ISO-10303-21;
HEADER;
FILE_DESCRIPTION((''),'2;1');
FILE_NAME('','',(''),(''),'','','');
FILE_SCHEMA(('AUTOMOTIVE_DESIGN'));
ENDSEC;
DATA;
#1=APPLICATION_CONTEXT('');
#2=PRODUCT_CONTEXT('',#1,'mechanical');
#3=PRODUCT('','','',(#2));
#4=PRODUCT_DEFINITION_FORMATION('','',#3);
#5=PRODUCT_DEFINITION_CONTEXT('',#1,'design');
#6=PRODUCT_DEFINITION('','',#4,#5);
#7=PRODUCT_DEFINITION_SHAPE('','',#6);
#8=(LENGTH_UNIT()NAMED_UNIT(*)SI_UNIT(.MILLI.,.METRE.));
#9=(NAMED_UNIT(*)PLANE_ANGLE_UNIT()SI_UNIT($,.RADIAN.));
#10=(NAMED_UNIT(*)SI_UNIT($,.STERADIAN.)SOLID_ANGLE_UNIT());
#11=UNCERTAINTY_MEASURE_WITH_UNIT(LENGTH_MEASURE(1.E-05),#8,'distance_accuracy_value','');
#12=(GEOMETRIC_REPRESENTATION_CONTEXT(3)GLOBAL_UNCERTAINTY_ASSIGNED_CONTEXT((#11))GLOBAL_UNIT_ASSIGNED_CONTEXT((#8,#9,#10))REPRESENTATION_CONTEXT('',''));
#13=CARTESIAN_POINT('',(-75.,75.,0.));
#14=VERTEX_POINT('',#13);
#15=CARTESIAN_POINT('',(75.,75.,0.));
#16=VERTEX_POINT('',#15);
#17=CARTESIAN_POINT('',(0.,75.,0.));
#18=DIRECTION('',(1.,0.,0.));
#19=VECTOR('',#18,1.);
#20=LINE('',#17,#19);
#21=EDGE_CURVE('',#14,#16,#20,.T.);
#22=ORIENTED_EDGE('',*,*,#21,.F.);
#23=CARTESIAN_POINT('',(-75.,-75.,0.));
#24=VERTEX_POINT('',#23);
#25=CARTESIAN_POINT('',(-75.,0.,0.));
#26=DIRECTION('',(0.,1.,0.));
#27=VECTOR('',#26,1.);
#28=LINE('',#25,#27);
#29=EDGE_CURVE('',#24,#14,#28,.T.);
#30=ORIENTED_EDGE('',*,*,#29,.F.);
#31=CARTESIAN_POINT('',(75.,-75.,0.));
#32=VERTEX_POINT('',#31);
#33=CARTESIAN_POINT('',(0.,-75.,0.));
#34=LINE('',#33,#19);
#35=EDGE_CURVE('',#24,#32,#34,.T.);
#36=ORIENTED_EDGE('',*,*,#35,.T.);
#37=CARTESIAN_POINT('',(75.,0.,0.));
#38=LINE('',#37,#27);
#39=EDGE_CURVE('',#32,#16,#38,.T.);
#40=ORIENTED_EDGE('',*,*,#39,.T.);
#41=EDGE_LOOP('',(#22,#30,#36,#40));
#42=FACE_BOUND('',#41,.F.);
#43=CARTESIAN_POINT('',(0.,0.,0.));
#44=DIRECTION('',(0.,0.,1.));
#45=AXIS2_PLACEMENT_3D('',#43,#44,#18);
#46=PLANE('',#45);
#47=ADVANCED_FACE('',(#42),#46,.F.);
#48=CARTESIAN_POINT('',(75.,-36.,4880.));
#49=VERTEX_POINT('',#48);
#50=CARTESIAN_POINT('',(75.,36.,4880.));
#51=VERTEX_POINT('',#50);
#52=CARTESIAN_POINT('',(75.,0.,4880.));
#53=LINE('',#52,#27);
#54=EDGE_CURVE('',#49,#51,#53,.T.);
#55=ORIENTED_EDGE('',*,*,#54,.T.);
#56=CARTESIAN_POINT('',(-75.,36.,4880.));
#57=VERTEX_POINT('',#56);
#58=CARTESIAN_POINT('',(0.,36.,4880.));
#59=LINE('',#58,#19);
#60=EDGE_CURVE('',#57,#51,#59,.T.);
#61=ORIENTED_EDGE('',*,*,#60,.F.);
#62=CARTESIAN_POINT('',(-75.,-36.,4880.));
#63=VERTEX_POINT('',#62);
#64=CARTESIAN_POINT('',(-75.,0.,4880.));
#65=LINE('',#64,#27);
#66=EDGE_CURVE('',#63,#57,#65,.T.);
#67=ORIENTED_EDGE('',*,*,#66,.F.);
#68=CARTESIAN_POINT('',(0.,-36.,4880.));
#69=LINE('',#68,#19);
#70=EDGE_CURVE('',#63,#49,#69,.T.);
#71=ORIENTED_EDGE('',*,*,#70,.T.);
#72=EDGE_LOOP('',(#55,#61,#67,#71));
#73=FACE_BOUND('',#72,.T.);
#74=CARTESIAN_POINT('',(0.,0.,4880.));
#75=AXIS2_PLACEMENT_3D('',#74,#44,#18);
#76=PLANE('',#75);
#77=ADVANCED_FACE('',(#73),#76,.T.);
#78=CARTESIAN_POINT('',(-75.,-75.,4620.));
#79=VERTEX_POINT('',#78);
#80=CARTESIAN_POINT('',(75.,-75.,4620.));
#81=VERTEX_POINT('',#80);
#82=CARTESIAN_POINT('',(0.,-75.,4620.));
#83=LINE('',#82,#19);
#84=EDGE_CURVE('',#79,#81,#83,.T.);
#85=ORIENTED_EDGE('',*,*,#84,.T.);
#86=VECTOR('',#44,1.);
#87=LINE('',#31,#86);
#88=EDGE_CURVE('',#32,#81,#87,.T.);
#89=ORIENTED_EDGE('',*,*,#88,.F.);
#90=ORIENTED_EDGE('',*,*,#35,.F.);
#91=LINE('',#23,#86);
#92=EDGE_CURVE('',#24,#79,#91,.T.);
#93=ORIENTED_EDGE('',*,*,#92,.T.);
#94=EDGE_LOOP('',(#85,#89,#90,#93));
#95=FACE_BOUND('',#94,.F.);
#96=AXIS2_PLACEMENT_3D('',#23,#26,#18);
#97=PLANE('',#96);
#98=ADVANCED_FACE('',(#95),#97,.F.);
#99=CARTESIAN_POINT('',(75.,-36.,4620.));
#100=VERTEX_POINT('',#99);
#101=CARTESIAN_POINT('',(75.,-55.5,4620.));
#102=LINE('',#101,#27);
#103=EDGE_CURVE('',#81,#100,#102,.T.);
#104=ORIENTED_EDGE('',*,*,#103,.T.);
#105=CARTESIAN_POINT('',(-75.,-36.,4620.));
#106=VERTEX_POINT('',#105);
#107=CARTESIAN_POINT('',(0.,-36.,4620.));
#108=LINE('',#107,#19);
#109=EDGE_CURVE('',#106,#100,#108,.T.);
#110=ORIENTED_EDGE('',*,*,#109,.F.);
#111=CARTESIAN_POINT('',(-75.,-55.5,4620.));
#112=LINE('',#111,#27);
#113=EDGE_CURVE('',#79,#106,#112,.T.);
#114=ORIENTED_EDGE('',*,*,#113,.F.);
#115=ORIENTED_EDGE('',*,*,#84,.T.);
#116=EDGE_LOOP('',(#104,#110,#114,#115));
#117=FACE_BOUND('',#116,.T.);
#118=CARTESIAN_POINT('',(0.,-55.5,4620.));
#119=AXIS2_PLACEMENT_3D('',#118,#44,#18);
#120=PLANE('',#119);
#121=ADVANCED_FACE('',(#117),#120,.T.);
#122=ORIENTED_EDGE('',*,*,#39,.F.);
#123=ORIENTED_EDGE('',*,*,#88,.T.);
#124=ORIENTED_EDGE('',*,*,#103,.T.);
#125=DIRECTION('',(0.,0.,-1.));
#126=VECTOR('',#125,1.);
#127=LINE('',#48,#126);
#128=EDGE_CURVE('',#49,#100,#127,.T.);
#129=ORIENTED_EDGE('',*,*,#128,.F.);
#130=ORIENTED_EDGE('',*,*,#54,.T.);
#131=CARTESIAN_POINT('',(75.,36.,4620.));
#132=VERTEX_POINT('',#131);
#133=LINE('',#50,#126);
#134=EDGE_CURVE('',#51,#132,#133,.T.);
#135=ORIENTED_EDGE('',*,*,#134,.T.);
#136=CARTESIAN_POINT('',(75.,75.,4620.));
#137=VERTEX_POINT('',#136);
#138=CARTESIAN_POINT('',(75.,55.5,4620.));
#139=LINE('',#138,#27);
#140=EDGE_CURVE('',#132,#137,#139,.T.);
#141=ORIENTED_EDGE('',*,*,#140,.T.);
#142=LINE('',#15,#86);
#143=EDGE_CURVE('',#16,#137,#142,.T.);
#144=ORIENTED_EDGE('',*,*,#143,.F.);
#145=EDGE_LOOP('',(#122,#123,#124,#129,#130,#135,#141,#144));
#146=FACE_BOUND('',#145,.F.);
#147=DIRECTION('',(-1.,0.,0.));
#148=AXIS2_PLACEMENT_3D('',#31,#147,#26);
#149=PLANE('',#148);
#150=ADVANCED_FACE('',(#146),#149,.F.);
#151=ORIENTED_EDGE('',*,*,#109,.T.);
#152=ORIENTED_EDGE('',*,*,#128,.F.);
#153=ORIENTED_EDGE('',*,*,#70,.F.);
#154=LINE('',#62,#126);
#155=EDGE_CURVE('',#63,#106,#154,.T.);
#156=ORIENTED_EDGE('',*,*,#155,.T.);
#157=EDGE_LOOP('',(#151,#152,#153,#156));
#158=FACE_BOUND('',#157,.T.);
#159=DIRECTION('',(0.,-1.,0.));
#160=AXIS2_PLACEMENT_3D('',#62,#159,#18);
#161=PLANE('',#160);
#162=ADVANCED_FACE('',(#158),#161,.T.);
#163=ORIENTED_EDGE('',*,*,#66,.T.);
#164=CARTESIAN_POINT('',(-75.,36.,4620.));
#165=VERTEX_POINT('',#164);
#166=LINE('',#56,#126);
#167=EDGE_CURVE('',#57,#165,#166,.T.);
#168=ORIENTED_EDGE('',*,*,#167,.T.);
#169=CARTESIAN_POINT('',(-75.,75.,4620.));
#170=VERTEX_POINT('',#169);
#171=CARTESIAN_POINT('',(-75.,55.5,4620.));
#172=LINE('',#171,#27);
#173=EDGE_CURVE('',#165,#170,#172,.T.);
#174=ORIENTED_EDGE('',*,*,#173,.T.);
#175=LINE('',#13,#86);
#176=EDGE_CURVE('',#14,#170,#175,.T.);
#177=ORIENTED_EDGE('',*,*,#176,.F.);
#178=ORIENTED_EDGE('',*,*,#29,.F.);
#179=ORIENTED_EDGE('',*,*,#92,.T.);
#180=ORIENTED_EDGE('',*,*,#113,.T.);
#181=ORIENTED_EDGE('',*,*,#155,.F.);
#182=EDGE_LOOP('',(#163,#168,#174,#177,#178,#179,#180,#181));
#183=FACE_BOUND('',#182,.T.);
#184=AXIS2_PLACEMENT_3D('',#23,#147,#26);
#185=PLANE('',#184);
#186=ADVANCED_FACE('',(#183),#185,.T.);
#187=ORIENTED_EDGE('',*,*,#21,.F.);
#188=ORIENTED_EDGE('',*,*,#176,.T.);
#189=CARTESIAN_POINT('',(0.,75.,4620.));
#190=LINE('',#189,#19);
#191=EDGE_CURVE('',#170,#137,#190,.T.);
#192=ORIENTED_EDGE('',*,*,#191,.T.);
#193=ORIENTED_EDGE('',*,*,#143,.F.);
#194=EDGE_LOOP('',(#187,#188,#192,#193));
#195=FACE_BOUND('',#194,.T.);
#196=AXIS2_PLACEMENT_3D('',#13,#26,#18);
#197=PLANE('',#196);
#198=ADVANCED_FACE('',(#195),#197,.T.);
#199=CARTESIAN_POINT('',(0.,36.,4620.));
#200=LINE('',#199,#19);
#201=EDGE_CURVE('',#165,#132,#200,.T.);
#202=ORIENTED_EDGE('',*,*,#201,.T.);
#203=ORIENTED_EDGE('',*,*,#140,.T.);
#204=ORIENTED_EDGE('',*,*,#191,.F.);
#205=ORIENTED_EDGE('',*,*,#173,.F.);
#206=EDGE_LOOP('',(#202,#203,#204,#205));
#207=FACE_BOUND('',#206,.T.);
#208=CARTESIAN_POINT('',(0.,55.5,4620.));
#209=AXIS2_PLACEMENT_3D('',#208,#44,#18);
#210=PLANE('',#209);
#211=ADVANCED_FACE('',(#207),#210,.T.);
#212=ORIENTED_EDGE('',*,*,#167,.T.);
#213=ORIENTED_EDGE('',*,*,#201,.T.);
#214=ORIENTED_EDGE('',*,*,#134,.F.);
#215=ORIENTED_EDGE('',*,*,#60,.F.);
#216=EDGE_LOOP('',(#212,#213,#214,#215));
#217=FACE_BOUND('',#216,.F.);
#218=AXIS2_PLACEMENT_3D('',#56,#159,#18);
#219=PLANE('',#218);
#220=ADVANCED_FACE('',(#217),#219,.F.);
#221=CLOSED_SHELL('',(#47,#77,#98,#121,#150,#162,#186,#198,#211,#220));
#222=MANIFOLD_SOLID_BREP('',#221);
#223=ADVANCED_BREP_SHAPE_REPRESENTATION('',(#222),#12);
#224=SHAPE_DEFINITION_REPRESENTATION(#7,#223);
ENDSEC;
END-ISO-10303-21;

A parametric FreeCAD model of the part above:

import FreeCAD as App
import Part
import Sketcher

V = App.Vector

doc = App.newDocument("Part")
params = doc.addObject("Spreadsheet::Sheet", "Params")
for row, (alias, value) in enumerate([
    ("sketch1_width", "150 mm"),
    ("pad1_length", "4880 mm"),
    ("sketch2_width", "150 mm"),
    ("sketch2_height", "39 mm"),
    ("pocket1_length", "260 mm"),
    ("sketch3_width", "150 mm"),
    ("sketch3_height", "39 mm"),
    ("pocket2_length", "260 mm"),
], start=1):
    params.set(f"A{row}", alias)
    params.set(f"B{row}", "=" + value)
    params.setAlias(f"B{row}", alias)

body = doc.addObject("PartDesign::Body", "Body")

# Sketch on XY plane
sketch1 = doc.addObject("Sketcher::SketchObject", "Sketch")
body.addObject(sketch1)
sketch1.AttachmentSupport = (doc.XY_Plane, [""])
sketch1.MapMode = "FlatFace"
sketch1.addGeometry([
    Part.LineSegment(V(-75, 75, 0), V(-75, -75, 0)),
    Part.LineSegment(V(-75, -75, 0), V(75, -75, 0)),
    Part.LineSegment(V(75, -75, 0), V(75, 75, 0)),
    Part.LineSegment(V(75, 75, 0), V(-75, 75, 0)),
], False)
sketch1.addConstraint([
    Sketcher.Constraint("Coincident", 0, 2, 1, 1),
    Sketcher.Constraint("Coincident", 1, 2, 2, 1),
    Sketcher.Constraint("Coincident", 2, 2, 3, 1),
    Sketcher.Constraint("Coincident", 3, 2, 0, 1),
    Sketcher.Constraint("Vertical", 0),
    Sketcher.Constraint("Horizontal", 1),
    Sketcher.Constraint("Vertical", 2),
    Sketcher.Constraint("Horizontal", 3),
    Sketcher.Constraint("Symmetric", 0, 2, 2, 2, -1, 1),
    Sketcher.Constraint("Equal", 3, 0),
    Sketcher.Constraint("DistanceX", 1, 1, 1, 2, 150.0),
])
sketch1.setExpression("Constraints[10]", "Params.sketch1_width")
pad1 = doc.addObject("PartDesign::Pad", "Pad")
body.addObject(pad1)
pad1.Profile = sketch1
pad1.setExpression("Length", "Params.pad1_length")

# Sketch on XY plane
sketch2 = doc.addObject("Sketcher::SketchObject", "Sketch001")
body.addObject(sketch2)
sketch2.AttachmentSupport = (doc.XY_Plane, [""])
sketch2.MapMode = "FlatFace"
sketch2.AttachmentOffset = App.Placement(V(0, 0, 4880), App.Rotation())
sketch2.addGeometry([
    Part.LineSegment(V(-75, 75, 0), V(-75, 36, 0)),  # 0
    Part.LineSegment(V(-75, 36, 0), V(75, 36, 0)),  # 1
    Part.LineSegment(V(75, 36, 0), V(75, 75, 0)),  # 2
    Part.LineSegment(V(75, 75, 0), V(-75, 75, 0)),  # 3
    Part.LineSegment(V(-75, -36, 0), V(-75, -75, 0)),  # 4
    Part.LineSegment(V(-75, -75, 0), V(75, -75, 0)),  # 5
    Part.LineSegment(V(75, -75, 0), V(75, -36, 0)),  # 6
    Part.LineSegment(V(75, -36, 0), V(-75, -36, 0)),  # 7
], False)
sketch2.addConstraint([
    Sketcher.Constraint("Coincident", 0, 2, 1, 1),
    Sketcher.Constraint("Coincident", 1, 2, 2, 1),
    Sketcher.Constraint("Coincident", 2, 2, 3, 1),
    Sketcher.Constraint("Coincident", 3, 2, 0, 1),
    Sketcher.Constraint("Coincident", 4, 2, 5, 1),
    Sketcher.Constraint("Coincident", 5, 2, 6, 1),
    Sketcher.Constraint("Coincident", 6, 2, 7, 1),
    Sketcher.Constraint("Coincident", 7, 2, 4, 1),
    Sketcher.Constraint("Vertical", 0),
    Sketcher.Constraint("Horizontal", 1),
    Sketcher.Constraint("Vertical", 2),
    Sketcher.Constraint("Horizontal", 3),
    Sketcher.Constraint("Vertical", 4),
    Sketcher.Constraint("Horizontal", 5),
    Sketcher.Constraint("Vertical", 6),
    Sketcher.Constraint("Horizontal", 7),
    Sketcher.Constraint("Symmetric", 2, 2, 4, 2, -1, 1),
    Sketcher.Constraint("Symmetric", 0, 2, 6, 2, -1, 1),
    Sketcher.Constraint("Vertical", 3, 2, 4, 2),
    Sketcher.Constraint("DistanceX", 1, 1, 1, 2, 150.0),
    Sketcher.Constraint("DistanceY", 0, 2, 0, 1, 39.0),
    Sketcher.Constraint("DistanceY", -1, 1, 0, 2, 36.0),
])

****************

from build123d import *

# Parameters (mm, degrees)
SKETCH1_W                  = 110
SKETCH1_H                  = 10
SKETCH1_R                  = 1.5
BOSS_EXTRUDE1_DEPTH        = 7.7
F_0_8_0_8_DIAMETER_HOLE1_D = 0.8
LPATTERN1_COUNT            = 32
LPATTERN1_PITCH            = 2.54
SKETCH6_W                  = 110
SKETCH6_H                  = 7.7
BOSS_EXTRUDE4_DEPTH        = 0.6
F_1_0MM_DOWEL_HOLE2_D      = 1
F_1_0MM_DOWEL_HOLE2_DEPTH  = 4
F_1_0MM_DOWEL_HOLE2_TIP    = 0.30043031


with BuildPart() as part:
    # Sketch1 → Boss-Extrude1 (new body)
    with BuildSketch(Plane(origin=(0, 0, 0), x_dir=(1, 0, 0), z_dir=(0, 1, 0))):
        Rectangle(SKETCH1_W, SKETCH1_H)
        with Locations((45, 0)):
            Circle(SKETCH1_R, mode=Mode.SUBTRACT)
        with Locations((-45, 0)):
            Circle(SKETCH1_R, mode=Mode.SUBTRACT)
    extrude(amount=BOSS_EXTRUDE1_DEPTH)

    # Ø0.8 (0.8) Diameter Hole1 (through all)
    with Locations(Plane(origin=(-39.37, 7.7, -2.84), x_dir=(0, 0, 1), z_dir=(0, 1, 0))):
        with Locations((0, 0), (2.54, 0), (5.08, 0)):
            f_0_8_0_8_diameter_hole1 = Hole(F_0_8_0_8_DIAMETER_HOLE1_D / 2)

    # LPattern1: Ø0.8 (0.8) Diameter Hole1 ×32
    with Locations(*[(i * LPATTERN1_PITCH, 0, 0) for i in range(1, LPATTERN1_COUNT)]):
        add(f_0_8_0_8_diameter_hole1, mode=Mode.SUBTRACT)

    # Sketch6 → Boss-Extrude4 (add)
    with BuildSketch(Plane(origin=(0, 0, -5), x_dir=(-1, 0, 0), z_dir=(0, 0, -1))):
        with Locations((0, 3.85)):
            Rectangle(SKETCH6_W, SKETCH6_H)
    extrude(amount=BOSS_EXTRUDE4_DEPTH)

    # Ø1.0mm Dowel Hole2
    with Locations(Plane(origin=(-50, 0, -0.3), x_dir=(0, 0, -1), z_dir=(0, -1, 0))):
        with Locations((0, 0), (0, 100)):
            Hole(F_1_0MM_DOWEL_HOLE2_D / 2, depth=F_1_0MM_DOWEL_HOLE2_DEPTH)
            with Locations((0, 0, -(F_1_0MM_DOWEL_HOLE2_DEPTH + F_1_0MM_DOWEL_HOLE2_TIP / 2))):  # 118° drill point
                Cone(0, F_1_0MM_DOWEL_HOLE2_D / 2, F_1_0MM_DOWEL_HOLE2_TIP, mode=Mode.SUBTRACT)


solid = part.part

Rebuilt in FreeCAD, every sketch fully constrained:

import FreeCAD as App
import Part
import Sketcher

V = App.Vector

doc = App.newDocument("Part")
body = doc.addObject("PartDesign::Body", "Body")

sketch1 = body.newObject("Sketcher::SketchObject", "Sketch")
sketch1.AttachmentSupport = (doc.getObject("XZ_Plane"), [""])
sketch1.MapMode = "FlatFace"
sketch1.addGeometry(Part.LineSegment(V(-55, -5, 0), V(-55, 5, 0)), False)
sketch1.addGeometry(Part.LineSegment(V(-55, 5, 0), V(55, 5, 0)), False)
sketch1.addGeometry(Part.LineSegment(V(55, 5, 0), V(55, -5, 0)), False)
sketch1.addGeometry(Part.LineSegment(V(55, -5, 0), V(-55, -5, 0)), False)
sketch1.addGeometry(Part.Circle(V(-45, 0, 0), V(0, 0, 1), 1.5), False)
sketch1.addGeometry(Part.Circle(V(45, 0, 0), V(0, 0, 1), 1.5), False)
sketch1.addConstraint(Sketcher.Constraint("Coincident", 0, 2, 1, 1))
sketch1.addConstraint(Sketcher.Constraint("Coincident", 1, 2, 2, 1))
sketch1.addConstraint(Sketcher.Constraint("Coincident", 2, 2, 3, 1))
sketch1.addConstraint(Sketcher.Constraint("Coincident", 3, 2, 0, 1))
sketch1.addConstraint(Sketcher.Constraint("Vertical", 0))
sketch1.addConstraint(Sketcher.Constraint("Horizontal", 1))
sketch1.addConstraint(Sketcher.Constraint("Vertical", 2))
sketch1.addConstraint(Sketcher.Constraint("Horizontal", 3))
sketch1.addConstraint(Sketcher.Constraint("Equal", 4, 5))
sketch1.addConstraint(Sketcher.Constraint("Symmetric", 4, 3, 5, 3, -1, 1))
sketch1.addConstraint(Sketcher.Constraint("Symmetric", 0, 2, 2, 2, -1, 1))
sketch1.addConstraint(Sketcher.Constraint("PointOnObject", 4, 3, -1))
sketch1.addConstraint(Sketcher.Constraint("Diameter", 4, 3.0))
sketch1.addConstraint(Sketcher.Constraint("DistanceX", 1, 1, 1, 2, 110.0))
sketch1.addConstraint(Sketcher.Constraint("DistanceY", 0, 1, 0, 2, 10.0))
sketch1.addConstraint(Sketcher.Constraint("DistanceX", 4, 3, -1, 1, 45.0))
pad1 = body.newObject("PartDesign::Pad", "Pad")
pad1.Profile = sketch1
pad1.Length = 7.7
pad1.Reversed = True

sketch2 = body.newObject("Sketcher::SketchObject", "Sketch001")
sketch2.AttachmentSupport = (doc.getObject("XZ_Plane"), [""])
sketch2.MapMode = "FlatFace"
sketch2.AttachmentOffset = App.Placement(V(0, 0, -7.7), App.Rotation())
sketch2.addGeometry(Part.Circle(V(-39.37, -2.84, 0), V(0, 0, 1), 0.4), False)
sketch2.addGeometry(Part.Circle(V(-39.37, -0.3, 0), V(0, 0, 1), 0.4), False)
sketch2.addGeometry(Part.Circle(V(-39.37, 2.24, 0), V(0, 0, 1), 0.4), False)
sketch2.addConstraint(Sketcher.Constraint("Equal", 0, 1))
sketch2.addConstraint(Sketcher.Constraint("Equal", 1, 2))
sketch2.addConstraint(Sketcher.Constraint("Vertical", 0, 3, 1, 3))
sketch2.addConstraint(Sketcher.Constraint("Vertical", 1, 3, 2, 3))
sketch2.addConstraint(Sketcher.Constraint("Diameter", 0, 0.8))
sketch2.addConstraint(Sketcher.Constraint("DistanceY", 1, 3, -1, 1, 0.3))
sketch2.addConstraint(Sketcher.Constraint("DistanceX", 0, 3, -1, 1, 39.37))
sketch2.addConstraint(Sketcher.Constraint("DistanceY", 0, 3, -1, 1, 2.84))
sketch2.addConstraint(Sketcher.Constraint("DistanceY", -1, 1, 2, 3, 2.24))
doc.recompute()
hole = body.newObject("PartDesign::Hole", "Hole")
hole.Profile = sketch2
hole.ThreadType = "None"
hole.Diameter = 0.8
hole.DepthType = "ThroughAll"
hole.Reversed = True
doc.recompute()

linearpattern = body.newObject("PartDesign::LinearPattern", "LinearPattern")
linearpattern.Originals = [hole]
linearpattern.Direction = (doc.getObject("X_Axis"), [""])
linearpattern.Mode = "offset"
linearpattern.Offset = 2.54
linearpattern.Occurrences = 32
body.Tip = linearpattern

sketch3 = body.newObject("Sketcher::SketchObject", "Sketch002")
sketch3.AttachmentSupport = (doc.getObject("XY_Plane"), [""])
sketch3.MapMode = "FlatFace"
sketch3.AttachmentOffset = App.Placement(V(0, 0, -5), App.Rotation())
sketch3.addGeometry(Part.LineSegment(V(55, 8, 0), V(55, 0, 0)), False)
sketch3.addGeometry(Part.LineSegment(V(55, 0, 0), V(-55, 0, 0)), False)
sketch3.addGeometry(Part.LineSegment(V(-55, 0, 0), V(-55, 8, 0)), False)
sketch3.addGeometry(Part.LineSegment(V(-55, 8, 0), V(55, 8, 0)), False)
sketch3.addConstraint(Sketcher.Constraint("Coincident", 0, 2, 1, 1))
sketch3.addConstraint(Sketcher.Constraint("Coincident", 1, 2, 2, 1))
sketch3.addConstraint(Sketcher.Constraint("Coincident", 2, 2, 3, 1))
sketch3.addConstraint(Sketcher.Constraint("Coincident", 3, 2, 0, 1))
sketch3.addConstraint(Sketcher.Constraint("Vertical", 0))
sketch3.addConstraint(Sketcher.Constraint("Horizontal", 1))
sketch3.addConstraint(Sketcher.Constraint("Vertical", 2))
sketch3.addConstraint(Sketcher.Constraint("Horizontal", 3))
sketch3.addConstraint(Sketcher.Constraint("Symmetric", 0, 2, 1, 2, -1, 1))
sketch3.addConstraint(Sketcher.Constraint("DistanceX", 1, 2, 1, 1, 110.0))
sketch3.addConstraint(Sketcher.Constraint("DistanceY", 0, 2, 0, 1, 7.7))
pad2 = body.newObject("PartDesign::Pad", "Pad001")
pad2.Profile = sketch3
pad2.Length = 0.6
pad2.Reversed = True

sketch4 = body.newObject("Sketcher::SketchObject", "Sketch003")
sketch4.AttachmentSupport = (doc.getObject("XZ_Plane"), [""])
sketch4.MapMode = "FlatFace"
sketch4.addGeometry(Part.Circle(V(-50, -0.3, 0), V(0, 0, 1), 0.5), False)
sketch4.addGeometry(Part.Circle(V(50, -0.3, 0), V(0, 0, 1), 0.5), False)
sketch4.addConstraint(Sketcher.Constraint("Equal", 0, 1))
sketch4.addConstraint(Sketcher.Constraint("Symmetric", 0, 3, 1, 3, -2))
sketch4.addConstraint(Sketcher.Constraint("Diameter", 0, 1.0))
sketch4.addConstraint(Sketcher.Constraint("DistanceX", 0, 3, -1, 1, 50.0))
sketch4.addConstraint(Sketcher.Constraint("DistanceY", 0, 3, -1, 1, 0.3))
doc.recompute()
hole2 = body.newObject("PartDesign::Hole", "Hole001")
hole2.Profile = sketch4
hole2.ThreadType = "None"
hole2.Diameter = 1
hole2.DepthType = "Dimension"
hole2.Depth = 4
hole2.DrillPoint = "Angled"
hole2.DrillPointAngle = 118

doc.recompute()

****************

§ **WHAT YOU ARE ASKED TO DO**
From the records above, copy out the line with "#62=CARTESIAN_POINT('',(-75.,-36.,4880.));", the line with "#73=FACE_BOUND('',#72,.T.);", and every line between them, word for word.

§ **RESPONSE**
#62=CARTESIAN_POINT('',(-75.,-36.,4880.));
#63=VERTEX_POINT('',#62);
#64=CARTESIAN_POINT('',(-75.,0.,4880.));
#65=LINE('',#64,#27);
#66=EDGE_CURVE('',#63,#57,#65,.T.);
#67=ORIENTED_EDGE('',*,*,#66,.F.);
#68=CARTESIAN_POINT('',(0.,-36.,4880.));
#69=LINE('',#68,#19);
#70=EDGE_CURVE('',#63,#49,#69,.T.);
#71=ORIENTED_EDGE('',*,*,#70,.T.);
#72=EDGE_LOOP('',(#55,#61,#67,#71));
#73=FACE_BOUND('',#72,.T.);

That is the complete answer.